In this Chapter we have an account of the mission of Paul and Barnabas to Jerusalem to consult the Apostles about grave questions mooted relative to the necessity of Jewish Ceremonies (1–3). The Council of Jerusalem—the discussion therein (6–21). Their decree on the subject in question (23–28) forwarded by St. Paul and Barnabas, Judas and Silas (v. 29). The arrival of the Delegates at Antioch, with the Council’s Decree (31–34). A dispute between Paul and Barnabas, as to their taking with them John Mark in their visitation of the cities wherein they had already preached. This ended in their separation each going in a different direction, Barnabas and John Mark proceeding to Cyprus, Paul and Silas to Syria and Cililcia, promulgating the Decrees of the Apostles.


1. “And some coming down,” &c. While Paul and Barnabas were at Antioch some Jews converted to Christianity, as is clear from their consenting or wishing to have the matter in dispute referred to the Apostles (v. 2). “Coming down.” Judæa was in a higher position than the maritime districts. “Taught the brethren.” Went about teaching on their own private authority, the necessity, on the part of the converts from heathenism, of submitting to the rite of circumcision—the chief distinguishing profession of Judaism—in order to be saved. This was grand subject of discussion among the early Christians as is clear from the Epistles of St. Paul, especially that to the Galatians.

“After the manner of Moses,” in accordance with the Mosaic Ritual. Circumcision was anterior to Moses. It existed in the days of Abraham. It was sanctioned by Moses, and was a profession of Judaism, as Baptism is of Christianity.

2. “No small contest” (in Greek, “no small dissension and disputation”), signifying that Paul and Barnabas exerted all their powers to put down the false teaching of these men. They did not, however, succeed in establishing peace. Hence, “they,” “the brethren” at Antioch (v. 1) determined on referring the matter in dispute to the supreme authority of the Apostles at Jerusalem. Hence, they depute Paul and Barnabas on one side, with some others on the other.

This is not opposed to what St. Paul says of his visit (Gal. 2:2) to which the visit here spoken of refers, that “he went up according to revelation,” as the revelation and deputation from Antioch both coincided.

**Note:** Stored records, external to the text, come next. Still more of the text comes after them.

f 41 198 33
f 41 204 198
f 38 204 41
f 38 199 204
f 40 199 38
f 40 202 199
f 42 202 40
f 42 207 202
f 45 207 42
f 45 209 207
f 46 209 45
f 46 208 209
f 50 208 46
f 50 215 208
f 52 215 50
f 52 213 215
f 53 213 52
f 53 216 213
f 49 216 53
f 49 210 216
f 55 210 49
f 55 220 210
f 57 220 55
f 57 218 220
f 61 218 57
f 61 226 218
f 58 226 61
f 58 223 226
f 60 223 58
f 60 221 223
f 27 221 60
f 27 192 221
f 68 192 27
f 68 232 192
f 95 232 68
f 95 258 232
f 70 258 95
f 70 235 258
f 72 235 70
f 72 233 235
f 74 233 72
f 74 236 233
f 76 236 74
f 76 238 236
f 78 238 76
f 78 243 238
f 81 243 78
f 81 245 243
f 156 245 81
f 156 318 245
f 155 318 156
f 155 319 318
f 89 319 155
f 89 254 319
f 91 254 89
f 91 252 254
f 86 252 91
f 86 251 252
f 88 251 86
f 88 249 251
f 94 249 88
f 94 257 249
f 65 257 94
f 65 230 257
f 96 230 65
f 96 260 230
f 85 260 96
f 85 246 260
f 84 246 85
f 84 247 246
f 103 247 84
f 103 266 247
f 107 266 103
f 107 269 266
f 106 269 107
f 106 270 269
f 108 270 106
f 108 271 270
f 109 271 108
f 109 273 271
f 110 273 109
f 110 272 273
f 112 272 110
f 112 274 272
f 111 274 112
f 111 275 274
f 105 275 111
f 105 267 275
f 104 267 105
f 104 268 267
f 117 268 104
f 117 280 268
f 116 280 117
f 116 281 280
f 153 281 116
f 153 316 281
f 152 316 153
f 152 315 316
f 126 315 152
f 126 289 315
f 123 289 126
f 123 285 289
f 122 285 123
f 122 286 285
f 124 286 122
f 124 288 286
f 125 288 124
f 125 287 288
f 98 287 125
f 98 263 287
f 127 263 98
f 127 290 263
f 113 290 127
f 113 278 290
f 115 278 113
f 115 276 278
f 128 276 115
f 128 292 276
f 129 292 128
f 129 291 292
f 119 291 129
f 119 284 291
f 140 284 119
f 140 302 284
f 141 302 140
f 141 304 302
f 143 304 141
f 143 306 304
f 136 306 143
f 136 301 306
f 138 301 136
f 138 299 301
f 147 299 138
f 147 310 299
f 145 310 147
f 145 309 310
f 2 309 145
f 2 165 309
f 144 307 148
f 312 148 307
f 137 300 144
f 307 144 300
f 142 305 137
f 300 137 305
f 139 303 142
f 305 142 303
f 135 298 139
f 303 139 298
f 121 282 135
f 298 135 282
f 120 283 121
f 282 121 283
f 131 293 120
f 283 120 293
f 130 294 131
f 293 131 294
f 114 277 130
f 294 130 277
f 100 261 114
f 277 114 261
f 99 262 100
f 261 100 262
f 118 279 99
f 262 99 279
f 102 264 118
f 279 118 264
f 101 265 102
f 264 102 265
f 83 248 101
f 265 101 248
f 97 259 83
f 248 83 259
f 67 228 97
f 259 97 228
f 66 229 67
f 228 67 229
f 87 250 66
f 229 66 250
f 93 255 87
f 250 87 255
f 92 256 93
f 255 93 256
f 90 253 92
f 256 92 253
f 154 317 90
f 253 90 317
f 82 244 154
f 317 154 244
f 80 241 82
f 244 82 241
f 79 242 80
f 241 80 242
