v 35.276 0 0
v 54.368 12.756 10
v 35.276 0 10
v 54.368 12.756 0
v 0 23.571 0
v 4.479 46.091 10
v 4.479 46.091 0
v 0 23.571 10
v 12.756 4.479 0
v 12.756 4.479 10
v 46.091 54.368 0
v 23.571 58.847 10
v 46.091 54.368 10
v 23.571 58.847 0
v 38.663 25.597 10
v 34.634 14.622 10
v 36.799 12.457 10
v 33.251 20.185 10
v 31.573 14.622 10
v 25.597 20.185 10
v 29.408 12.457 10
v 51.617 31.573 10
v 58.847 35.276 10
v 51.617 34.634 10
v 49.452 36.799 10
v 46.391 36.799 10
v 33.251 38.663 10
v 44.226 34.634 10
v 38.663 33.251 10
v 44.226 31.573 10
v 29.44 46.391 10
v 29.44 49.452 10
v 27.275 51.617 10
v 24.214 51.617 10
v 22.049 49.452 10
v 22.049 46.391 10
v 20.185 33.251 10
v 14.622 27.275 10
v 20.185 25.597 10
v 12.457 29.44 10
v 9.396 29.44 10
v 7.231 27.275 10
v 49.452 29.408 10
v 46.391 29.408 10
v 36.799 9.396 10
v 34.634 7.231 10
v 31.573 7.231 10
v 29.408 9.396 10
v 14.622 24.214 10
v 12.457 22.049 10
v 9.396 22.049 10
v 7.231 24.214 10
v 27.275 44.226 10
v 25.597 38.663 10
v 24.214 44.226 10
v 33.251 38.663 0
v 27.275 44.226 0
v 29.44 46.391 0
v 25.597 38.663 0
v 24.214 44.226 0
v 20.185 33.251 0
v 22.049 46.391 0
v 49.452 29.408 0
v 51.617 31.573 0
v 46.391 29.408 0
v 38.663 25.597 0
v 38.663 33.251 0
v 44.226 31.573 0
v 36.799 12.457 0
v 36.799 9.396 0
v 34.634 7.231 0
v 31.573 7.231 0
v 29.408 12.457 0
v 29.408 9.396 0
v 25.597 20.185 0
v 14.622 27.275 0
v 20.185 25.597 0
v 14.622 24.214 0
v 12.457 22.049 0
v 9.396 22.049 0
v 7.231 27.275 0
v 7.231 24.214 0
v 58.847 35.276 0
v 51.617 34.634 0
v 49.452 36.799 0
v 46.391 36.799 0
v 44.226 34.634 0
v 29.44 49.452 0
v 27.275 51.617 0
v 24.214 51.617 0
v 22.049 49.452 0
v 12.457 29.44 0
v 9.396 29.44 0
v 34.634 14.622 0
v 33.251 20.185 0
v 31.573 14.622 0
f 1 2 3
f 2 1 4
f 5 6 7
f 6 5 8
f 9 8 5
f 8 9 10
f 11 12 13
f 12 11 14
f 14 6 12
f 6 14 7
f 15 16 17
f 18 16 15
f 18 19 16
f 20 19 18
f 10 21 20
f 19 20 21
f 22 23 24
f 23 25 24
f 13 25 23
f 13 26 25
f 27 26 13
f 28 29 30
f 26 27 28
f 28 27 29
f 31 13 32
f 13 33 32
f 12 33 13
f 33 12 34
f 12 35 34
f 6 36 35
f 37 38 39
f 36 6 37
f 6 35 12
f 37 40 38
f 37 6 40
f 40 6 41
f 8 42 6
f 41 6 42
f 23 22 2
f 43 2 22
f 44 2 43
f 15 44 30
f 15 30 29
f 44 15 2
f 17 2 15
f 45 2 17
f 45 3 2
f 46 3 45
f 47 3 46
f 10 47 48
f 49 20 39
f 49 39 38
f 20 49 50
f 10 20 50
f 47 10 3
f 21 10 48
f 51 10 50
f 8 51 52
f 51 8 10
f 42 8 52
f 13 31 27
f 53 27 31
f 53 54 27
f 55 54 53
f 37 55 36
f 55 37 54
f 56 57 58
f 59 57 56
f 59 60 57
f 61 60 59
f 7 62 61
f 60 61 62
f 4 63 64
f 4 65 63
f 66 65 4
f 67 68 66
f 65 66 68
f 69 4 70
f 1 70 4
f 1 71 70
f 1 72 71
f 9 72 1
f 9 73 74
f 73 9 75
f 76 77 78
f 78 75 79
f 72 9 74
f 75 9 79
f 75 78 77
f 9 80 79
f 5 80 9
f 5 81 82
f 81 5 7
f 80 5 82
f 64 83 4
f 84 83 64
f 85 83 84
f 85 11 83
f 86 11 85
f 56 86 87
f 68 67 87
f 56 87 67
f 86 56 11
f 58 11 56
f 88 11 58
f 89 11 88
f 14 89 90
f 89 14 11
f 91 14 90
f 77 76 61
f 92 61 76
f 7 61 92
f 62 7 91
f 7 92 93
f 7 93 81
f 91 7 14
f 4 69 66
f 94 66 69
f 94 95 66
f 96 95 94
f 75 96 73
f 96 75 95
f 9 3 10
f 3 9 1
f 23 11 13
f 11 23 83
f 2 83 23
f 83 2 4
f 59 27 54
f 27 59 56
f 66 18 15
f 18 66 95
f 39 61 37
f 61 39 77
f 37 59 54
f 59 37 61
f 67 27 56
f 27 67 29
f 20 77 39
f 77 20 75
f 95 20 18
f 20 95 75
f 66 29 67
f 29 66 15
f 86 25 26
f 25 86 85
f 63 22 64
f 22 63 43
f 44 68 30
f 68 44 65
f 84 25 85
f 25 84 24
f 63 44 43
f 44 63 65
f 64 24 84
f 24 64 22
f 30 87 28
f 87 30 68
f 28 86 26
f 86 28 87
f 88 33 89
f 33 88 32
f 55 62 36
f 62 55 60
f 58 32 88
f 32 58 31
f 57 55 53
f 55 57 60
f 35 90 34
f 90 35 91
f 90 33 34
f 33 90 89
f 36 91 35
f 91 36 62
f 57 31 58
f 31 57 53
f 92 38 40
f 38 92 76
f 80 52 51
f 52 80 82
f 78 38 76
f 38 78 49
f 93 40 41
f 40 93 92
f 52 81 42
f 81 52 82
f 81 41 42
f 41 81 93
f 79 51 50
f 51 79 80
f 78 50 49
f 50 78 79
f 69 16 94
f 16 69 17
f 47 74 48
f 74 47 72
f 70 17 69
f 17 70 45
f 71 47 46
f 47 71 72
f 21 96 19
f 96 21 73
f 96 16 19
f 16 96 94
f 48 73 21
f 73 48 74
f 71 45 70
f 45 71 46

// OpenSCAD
$fn = 32;

// ----------------------------------------------------------------------
// Polygon plate: 8-gon R30, 4 bolt windows
// ----------------------------------------------------------------------

// --- parameters (mm) ---
sides = 8;                // number of polygon sides
plate_r = 30;             // circumscribed radius of the polygon
bore_r = 10;              // centre bore radius
bolts = 4;                // number of bolt windows
ring_r = 18.86;           // bolt-circle radius
bolt_r = 4;               // bolt window radius
plate_t = 10;             // plate thickness, Z (extrusion height)

plate_d = 2 * plate_r;  // circumscribed diameter
bore_d = 2 * bore_r;  // centre bore diameter
bolt_d = 2 * bolt_r;  // bolt window diameter
ring_d = 2 * ring_r;  // bolt-circle diameter

profile = [[58.847, 35.276], [46.091, 54.368], [23.571, 58.847], [4.479, 46.091], [0, 23.571], [12.756, 4.479], [35.276, 0], [54.368, 12.756]];  // primary outline, 8 points, counter clockwise
void_1 = [[38.663, 33.251], [33.251, 38.663], [25.597, 38.663], [20.185, 33.251], [20.185, 25.597], [25.597, 20.185], [33.251, 20.185], [38.663, 25.597]];  // centre bore, 8 points
void_2 = [[51.617, 34.634], [49.452, 36.799], [46.391, 36.799], [44.226, 34.634], [44.226, 31.573], [46.391, 29.408], [49.452, 29.408], [51.617, 31.573]];  // bolt window 1, 8 points
void_3 = [[29.44, 49.452], [27.275, 51.617], [24.214, 51.617], [22.049, 49.452], [22.049, 46.391], [24.214, 44.226], [27.275, 44.226], [29.44, 46.391]];  // bolt window 2, 8 points
void_4 = [[14.622, 27.275], [12.457, 29.44], [9.396, 29.44], [7.231, 27.275], [7.231, 24.214], [9.396, 22.049], [12.457, 22.049], [14.622, 24.214]];  // bolt window 3, 8 points
void_5 = [[36.799, 12.457], [34.634, 14.622], [31.573, 14.622], [29.408, 12.457], [29.408, 9.396], [31.573, 7.231], [34.634, 7.231], [36.799, 9.396]];  // bolt window 4, 8 points

// --- the one profile operation ---
difference() {
  linear_extrude(height = plate_t) polygon(points = profile);
  translate([0, 0, -1])
    linear_extrude(height = plate_t + 2) polygon(points = void_1);
  translate([0, 0, -1])
    linear_extrude(height = plate_t + 2) polygon(points = void_2);
  translate([0, 0, -1])
    linear_extrude(height = plate_t + 2) polygon(points = void_3);
  translate([0, 0, -1])
    linear_extrude(height = plate_t + 2) polygon(points = void_4);
  translate([0, 0, -1])
    linear_extrude(height = plate_t + 2) polygon(points = void_5);
}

“And Priests” of the first order, viz., bishops and of the second order also. The bishops decided. The priests attended as advisers and counsellors (A. Lapide quoting Bellarmine). The “Apostles” present in Jerusalem were Peter, James and John (Gal. 2:9).

3. “Brought on their way,” escorted by way of honour and respect as was usual in those days.

“Phenice and Samaria” lay directly on the route to Jerusalem. The bulk of the converts in these districts were principally from paganism. Hence, the universal joy.

“Received” hospitably and kindly “by the church,” the faithful at large, and especially the chief men among them, who acknowledged them as brethren in Christ (Gal. 2:9).

“Ancients.” Bishops and priests. “Declaring,” &c. Paul and Barnabas gave a full account in presence of the assembled brethren, people and rulers of the success of their labours through God’s grace, and most likely of the cause of the present controversy which gave rise to this deputation.

5. From St. Luke’s narrative it would seem this took place at Jerusalem after Paul and Barnabas returned.

“There arose up.” Those referred to (v. 1) as having gone down to Antioch.

These converted Pharisees, “who believed,” persisted in the necessity of uniting the Mosaic rites with the Christian profession.

6. “Assembled.” Came specially together to consider the subject debated with reference to uniting Mosaic rites to Christianity.

This meeting or assembly constituted what was termed the first General Council of Jerusalem, the model of all future general councils of the church, convened, no doubt, and presided over by the Prince of the Apostles, who after due discussion spoke first as supreme judge of controversy. Some of the simple faithful, and those especially who raised the controversy were present, but only as consultors and witnesses: whereas, it was only the Apostles and ancients that, as judges, examined the matter “to consider of this matter.”

7. “Much disputing” and warm debating on both sides previous to the judgment.

“Peter,” as head of the church and supreme judge of controversy, “rising up” to define this grave subject of faith.

“In former days” has special reference to the conversion of Cornelius, the centurion (10:20).

“God made choice,” &c. Hath chosen us and selected me, among all the Apostles, to bring about the conversion of the Gentiles. He specially alludes to Cornelius and his conversion.

8. God, who alone searches the hearts, and cannot be deceived as to men’s sincerity and dispositions, testified to their sincerity and the reality of their conversion, by pouring out His Spirit on them as well as on us.

9. Made no difference between them who did not conform to the Mosaic Law and “us,” thus showing they were equally as we, acceptable to Him.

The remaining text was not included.